Informacja nie jest na sprzedaż
Zdarza mi się spotykać z niezrozumieniem istoty zawodu infobrokera u osób, które dotąd nie miały okazji się z nim spotkać. Z przyjemnością opowiadam, czym się zajmują profesjonaliści informacji i dlaczego ta praca może być prawdziwą pasją. Problem zaczyna się, gdy istoty zawodu nie rozumie (o zgrozo!) sam infobroker.
Do napisania tego tekstu zmotywował mnie efekt mojego stałego monitoringu branży infobrokerskiej. Ze zdziwieniem graniczącym z niedowierzaniem patrzyłam na odświeżoną stronę internetową jednego z najstarszych stażem infobrokerów w Polsce. Otóż firma istnieje od końcówki lat 90-tych ubiegłego wieku, więc można by spodziewać się, że jak nigdzie rozumie się tam, na czym polega wykonywana przez infobrokera praca.
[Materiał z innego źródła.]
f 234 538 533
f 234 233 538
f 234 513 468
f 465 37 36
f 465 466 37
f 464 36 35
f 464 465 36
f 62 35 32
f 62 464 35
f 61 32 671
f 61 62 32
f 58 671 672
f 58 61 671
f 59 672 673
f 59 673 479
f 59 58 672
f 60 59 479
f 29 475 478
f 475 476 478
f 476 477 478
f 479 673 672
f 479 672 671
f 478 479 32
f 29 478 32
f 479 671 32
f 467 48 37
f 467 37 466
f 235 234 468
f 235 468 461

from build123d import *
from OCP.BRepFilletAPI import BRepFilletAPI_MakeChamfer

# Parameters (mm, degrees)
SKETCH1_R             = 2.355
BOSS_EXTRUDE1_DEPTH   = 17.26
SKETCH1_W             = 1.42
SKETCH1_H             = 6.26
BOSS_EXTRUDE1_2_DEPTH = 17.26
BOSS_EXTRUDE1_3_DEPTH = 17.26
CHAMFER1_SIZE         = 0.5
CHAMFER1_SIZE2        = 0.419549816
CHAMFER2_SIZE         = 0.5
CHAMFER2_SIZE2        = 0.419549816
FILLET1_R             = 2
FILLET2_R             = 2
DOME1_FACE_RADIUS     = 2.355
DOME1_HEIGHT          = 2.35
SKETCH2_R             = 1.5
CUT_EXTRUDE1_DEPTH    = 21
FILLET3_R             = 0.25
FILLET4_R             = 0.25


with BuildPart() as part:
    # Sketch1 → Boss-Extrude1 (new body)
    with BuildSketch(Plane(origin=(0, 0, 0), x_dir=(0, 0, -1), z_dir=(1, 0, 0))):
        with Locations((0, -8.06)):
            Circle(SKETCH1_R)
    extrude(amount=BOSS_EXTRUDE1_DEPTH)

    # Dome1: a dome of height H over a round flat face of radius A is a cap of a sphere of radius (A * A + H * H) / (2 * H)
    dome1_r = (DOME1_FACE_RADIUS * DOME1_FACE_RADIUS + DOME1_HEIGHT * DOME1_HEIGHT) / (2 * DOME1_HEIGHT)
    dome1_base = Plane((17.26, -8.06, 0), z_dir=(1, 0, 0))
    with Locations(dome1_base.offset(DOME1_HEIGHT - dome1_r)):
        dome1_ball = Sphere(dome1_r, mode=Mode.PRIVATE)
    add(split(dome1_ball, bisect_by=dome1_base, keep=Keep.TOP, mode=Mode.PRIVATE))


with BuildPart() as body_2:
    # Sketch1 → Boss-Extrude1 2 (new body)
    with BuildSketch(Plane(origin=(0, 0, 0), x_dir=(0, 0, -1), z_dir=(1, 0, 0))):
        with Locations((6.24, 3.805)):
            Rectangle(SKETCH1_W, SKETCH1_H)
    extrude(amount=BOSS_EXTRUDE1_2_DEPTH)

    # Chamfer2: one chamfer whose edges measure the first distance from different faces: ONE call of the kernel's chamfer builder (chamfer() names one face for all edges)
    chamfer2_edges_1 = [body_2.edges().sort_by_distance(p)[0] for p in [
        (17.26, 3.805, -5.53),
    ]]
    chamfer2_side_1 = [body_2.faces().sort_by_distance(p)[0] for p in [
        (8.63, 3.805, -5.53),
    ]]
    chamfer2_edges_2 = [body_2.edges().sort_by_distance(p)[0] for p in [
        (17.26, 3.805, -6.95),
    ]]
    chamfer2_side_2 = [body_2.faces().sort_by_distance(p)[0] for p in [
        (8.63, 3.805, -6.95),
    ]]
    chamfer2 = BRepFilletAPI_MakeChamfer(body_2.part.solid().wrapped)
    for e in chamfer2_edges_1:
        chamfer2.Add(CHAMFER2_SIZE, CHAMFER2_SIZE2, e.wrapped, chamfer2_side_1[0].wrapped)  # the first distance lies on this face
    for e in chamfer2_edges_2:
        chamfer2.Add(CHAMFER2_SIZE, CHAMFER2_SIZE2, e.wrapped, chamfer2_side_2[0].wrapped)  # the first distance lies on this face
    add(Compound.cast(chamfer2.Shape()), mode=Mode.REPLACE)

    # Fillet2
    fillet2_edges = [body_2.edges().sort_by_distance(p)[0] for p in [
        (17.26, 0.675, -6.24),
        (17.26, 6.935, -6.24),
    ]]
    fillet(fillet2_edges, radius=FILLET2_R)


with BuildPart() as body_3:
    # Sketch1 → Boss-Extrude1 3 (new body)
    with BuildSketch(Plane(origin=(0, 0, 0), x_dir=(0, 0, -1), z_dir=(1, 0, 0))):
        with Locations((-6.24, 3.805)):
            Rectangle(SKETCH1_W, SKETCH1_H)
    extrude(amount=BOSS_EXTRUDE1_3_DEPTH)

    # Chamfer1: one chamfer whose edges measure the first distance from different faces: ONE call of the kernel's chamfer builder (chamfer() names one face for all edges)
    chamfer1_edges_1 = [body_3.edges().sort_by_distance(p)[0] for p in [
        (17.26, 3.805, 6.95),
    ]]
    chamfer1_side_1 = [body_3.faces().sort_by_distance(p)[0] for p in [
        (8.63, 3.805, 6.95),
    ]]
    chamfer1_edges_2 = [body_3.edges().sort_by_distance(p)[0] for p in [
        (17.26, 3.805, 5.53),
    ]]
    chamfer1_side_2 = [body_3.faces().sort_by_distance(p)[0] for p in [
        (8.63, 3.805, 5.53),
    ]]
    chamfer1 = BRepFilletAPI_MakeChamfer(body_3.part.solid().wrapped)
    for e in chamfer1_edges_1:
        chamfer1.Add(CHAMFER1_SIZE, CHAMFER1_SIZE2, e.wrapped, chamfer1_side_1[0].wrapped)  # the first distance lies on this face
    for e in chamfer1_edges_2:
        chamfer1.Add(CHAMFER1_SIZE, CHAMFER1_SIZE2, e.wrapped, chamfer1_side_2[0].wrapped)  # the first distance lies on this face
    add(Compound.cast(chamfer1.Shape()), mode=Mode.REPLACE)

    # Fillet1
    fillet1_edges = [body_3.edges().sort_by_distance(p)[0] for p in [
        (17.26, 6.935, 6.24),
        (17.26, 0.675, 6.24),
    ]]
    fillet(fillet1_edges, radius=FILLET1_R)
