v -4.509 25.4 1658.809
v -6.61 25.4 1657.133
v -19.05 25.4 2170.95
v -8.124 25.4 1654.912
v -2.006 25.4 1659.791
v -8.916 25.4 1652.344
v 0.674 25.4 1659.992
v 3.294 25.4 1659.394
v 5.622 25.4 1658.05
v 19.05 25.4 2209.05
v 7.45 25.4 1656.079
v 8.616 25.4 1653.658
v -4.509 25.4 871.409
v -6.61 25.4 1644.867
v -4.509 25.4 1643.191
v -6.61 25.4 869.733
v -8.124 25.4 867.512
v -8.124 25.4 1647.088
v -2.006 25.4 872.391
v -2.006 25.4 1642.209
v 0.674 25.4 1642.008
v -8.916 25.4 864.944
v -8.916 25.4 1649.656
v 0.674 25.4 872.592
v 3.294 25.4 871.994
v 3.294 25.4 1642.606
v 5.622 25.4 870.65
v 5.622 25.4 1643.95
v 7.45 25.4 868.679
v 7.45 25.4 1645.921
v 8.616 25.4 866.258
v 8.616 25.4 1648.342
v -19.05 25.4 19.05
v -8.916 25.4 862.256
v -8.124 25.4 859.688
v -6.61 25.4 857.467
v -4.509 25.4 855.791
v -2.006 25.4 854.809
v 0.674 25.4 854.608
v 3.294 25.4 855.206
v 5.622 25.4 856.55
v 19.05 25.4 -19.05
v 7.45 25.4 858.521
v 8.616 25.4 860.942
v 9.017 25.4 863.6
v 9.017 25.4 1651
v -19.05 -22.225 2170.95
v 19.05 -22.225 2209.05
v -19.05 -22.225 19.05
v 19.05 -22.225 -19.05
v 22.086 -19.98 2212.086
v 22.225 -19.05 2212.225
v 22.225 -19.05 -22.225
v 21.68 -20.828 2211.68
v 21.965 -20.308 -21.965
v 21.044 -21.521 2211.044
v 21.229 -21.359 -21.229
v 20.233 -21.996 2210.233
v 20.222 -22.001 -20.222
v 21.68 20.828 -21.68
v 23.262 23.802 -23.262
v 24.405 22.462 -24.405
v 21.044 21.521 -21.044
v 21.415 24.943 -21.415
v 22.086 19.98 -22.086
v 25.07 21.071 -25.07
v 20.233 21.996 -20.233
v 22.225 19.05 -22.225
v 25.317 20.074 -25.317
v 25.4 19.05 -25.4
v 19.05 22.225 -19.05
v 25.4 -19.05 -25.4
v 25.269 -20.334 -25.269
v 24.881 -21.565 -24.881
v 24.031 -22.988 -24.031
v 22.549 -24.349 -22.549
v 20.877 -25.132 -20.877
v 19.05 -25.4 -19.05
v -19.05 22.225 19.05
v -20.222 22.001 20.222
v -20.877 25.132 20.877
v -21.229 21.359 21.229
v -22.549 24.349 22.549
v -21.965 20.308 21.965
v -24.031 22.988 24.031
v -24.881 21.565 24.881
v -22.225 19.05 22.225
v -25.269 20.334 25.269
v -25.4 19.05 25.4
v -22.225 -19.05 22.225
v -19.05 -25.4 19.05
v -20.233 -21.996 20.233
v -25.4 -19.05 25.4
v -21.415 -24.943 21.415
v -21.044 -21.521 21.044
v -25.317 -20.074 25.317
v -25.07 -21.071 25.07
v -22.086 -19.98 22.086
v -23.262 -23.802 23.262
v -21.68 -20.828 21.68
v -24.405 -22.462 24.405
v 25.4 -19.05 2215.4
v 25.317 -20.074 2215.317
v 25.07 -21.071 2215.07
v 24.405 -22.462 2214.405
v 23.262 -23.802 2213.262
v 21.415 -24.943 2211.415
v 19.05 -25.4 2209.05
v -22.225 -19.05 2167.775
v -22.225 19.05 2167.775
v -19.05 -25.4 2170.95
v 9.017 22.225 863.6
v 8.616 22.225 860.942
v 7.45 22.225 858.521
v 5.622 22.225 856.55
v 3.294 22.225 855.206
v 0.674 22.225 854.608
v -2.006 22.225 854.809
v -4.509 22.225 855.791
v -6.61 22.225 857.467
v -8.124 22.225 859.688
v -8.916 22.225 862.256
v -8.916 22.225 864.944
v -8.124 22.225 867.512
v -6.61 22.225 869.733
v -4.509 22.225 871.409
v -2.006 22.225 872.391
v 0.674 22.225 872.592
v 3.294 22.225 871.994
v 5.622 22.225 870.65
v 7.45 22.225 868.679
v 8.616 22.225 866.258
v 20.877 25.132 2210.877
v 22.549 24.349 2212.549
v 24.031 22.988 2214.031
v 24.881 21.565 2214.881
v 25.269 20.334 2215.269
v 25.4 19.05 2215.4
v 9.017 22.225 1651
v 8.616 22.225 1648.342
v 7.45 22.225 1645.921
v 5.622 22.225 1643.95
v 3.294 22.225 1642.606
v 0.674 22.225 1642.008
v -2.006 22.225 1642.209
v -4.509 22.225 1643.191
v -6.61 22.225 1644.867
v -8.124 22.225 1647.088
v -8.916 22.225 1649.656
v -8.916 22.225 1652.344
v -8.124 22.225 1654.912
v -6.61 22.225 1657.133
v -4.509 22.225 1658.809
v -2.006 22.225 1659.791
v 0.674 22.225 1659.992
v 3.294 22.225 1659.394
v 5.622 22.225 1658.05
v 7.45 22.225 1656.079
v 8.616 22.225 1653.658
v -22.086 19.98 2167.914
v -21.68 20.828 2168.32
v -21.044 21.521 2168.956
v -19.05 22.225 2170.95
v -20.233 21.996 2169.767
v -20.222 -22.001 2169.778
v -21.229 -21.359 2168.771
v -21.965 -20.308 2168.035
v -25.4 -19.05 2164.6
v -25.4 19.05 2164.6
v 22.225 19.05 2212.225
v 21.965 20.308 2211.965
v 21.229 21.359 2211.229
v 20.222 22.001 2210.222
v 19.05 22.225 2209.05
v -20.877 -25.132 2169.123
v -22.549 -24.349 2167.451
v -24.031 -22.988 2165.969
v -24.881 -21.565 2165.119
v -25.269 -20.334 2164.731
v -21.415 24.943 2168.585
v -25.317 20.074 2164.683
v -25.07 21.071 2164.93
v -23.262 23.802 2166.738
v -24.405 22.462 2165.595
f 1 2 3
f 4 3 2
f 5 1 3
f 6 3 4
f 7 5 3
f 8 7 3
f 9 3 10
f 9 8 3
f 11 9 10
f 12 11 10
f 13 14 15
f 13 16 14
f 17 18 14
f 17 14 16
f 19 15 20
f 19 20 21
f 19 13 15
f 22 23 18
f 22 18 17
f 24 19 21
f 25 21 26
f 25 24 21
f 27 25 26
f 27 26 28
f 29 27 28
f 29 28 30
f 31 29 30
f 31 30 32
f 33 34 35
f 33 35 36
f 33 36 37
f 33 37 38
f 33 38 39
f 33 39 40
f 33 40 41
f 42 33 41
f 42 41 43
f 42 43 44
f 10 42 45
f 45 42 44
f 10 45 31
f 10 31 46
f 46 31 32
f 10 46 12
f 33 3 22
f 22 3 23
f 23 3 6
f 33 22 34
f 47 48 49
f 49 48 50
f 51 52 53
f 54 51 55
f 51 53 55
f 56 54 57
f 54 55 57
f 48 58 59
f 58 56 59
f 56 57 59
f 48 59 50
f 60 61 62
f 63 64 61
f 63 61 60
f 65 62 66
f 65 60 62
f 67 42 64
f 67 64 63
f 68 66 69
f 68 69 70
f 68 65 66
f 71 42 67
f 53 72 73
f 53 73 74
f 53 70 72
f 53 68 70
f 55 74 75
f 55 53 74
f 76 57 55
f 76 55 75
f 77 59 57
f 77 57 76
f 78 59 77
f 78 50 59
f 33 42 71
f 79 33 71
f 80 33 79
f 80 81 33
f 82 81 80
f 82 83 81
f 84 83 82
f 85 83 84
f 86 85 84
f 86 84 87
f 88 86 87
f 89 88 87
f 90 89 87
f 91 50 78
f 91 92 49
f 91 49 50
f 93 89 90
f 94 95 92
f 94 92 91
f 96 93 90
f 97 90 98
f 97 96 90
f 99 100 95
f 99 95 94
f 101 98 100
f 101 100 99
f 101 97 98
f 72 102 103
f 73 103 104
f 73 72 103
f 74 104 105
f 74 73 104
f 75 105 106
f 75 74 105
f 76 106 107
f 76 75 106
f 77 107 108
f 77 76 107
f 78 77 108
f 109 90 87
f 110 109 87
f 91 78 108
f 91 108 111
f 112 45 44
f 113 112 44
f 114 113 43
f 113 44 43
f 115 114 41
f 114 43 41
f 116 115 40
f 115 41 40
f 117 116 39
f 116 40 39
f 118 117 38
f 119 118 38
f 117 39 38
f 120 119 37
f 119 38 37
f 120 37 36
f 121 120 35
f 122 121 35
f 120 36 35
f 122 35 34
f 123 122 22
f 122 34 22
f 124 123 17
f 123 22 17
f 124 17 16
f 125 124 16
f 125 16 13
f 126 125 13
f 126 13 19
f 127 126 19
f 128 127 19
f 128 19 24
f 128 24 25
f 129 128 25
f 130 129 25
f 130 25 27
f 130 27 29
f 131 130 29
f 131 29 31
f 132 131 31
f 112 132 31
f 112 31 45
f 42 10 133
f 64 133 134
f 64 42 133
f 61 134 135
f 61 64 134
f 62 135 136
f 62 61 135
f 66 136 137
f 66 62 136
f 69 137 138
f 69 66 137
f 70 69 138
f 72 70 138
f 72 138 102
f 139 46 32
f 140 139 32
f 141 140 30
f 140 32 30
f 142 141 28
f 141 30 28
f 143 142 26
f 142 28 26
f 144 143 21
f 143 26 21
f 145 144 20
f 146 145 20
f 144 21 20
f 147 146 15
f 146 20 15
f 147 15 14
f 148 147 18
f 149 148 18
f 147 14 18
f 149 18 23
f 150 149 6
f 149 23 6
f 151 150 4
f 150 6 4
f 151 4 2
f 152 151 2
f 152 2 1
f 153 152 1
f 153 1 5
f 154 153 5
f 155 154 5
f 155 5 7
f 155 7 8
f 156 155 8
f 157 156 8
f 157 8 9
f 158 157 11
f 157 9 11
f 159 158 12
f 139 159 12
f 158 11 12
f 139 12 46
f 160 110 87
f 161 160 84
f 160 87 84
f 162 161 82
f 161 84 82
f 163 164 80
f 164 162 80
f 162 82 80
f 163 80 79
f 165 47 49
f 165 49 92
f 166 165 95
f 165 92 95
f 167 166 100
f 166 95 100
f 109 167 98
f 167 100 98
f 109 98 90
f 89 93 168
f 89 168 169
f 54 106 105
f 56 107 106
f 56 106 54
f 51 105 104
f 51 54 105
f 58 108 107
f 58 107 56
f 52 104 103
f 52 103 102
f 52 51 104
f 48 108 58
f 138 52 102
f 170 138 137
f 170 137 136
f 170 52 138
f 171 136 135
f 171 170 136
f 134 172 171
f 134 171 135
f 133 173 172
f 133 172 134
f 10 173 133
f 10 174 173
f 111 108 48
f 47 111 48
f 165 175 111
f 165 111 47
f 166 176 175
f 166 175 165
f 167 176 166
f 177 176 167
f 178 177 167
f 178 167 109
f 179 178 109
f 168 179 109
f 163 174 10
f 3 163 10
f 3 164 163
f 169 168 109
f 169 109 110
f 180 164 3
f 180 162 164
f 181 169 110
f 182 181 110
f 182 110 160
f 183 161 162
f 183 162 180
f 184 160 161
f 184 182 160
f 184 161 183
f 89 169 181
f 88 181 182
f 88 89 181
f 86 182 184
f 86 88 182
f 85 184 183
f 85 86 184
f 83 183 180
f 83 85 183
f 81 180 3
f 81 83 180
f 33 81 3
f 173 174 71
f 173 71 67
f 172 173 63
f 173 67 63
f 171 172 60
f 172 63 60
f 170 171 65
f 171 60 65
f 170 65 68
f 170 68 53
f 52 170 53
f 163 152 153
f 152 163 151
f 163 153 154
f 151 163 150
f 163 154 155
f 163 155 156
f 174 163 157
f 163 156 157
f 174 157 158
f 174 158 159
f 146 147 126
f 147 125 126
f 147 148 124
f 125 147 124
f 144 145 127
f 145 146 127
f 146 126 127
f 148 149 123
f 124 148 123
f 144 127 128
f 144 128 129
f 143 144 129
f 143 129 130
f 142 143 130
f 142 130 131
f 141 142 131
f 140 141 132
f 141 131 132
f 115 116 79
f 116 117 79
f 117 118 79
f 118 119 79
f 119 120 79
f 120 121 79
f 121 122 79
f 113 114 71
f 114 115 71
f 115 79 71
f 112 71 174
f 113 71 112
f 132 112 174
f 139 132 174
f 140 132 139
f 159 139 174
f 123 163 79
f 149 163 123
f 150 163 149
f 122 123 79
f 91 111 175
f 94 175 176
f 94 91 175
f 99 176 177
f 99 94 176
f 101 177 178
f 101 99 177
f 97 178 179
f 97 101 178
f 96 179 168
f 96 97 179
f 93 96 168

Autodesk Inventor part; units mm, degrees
ref_plane "Plano inicial" through (0, 0, -25.4) normal (0, 0, 1) x (1, 0, 0)
ref_plane "Plano final" through (0, 0, 2215.4) normal (0, 0, 1) x (1, 0, 0)
sketch "Boceto" plane through (0, 0, 0) normal (0, 0, 1) x (1, 0, 0)
  line L0 (-25.4, -19.05) -> (-25.4, 19.05)
  line L1 (-19.05, 25.4) -> (19.05, 25.4)
  line L2 (25.4, 19.05) -> (25.4, -19.05)
  line L3 (19.05, -25.4) -> (-19.05, -25.4)
  arc A0 (-25.4, -19.05) -> (-19.05, -25.4) centre (-19.05, -19.05) ccw
  arc A1 (-19.05, 25.4) -> (-25.4, 19.05) centre (-19.05, 19.05) ccw
  arc A2 (25.4, 19.05) -> (19.05, 25.4) centre (19.05, 19.05) ccw
  arc A3 (19.05, -25.4) -> (25.4, -19.05) centre (19.05, -19.05) ccw
  arc A4 (-19.05, 22.225) -> (-22.225, 19.05) centre (-19.05, 19.05) ccw
  line L4 (-19.05, 22.225) -> (19.05, 22.225)
  arc A5 (22.225, 19.05) -> (19.05, 22.225) centre (19.05, 19.05) ccw
  line L5 (22.225, 19.05) -> (22.225, -19.05)
  arc A6 (19.05, -22.225) -> (22.225, -19.05) centre (19.05, -19.05) ccw
  line L6 (19.05, -22.225) -> (-19.05, -22.225)
  arc A7 (-22.225, -19.05) -> (-19.05, -22.225) centre (-19.05, -19.05) ccw
  line L7 (-22.225, -19.05) -> (-22.225, 19.05)
  line L8 (0, 37.4012) -> (0, -37.4012) construction
  line L9 (-37.4012, 0) -> (37.4012, 0) construction
  dimension "d10" = 50.8
  dimension "d11" = 50.8
  dimension "d12" = 3.175
  dimension "d15" = 25.4
  dimension "d16" = 25.4
  dimension "d17" = 6.35
extrude "Cuerpo" add sketch "Boceto" along normal up to surface (2240.8 mm away) from surface at -25.4
sketch "Sketch3" plane through (0, 0, 0) normal (0, 0, 1) x (1, 0, 0)
  line L0 (0, 0) -> (10, 0)
ref_plane "Work Plane3" through (0, 0, 0) normal (0, -1, 0) x (1, 0, 0)
ref_plane "Plano de trabajo4" through (25.4, 0, -25.4) normal (-0.7071, 0, -0.7071) x (-0.7071, 0, 0.7071)
split "Dividir1" plane through (25.4, 0, -25.4) removes the side toward (-0.7071, 0, -0.7071)
ref_plane "Plano de trabajo5" through (25.4, 0, 2215.4) normal (-0.7071, 0, 0.7071) x (0.7071, 0, 0.7071)
split "Dividir2" plane through (25.4, 0, 2215.4) removes the side toward (-0.7071, 0, 0.7071)
sketch "Boceto5" plane through (19.05, 25.4, 2209.05) normal (0, 1, 0) x (1, 0, 0)
  line L0 (-19.05, 2209.05) -> (-19.05, 19.05)
  line L1 (-38.1, 38.1) -> (0, 0) projected
  circle A0 centre (-19.05, 1345.45) radius 9.017
  circle A1 centre (-19.05, 558.05) radius 9.017
  line L2 (0, 2228.1) -> (-38.1, 2190) projected
  circle A2 centre (-19.05, 2113.9013) radius 8.4404
  point P0 (-19.05, 2209.05)
  point P1 (-19.05, 2209.05)
  point P2 (-19.05, 2209.05)
  dimension "d20" = 18.034
  dimension "d21" = 18.034
  dimension "d22" = 863.6
  dimension "d23" = 1651
  dimension "d26" = 95.1487
extrude "Extrusión2" cut sketch "Boceto5" against normal blind 6.35 contours A1 L0 | L0 A1 | A0 L0 | L0 A0
sketch "Sketch4" plane through (0, 0, 0) normal (0, -1, 0) x (1, 0, 0)
  line L0 (-2, -25.4) -> (12, -25.4) projected
  line L1 (-2, 2215.4) -> (12, 2215.4) projected
  dimension "d19" = 2240.8
equation "\"d10\" = G_H"
equation "\"d11\" = G_W"
equation "\"d12\" = G_T"
equation "\"d15\" = 0.5 * d10"
equation "\"d16\" = 0.5 * d11"
equation "\"d17\" = G_IR"
equation "\"d3\" = G_L"
equation "\"G_W\" = 50.8"
equation "\"G_H\" = 50.8"
equation "\"G_T\" = 3.175"
equation "\"G_IR\" = 6.35"
equation "\"G_L\" = d19"
equation "\"G_OFFSET_START\" = 25.4"
equation "\"G_OFFSET_END\" = 25.4"
equation "\"d13\" = -G_OFFSET_START"
equation "\"d14\" = G_OFFSET_END + B_L"
equation "\"B_L\" = 2190"
properties part number "AISC - 2 x 2 x 1/8 - 88,22" material "Acero, suave"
Tymczasem czytam w opisie oferty: Wyszukiwanie i sprzedaż informacji.
Otóż, infobroker nigdy nie sprzedaje informacji. Infobroker sprzedaje usługę informacyjną.
Istota naszego zawodu opiera się na naszych kompetencjach w zakresie pozyskiwania informacji i danych z różnych źródeł: zarówno tych tradycyjnych jak i elektronicznych. Gdy już znajdziemy informację, której poszukuje nasz klient, np. wykaz cen robót budowlano-montażowych w Polsce, to ten wykaz nie staje się naszą własnością, byśmy mogli go sprzedać. To wciąż są zasoby informacyjne GUS, które my udostępniamy naszemu klientowi, podając źródło ich pochodzenia.
Infobroker żyje z tego, że jest w stanie szybciej dotrzeć do określonych informacji, a następnie skompilować je w taki sposób, aby odpowiedzieć na nurtujące klienta pytania. Nie prowadzi natomiast skupu danych i informacji na wzór skupu złomu. Dopiero wówczas mógłby mówić o tym, że sprzedaje informację. A to – przyznaję – byłaby już mało porywająca perspektywa. Lepiej więc niech zostanie tak, jak jest – sprzedaż usług informacyjnych.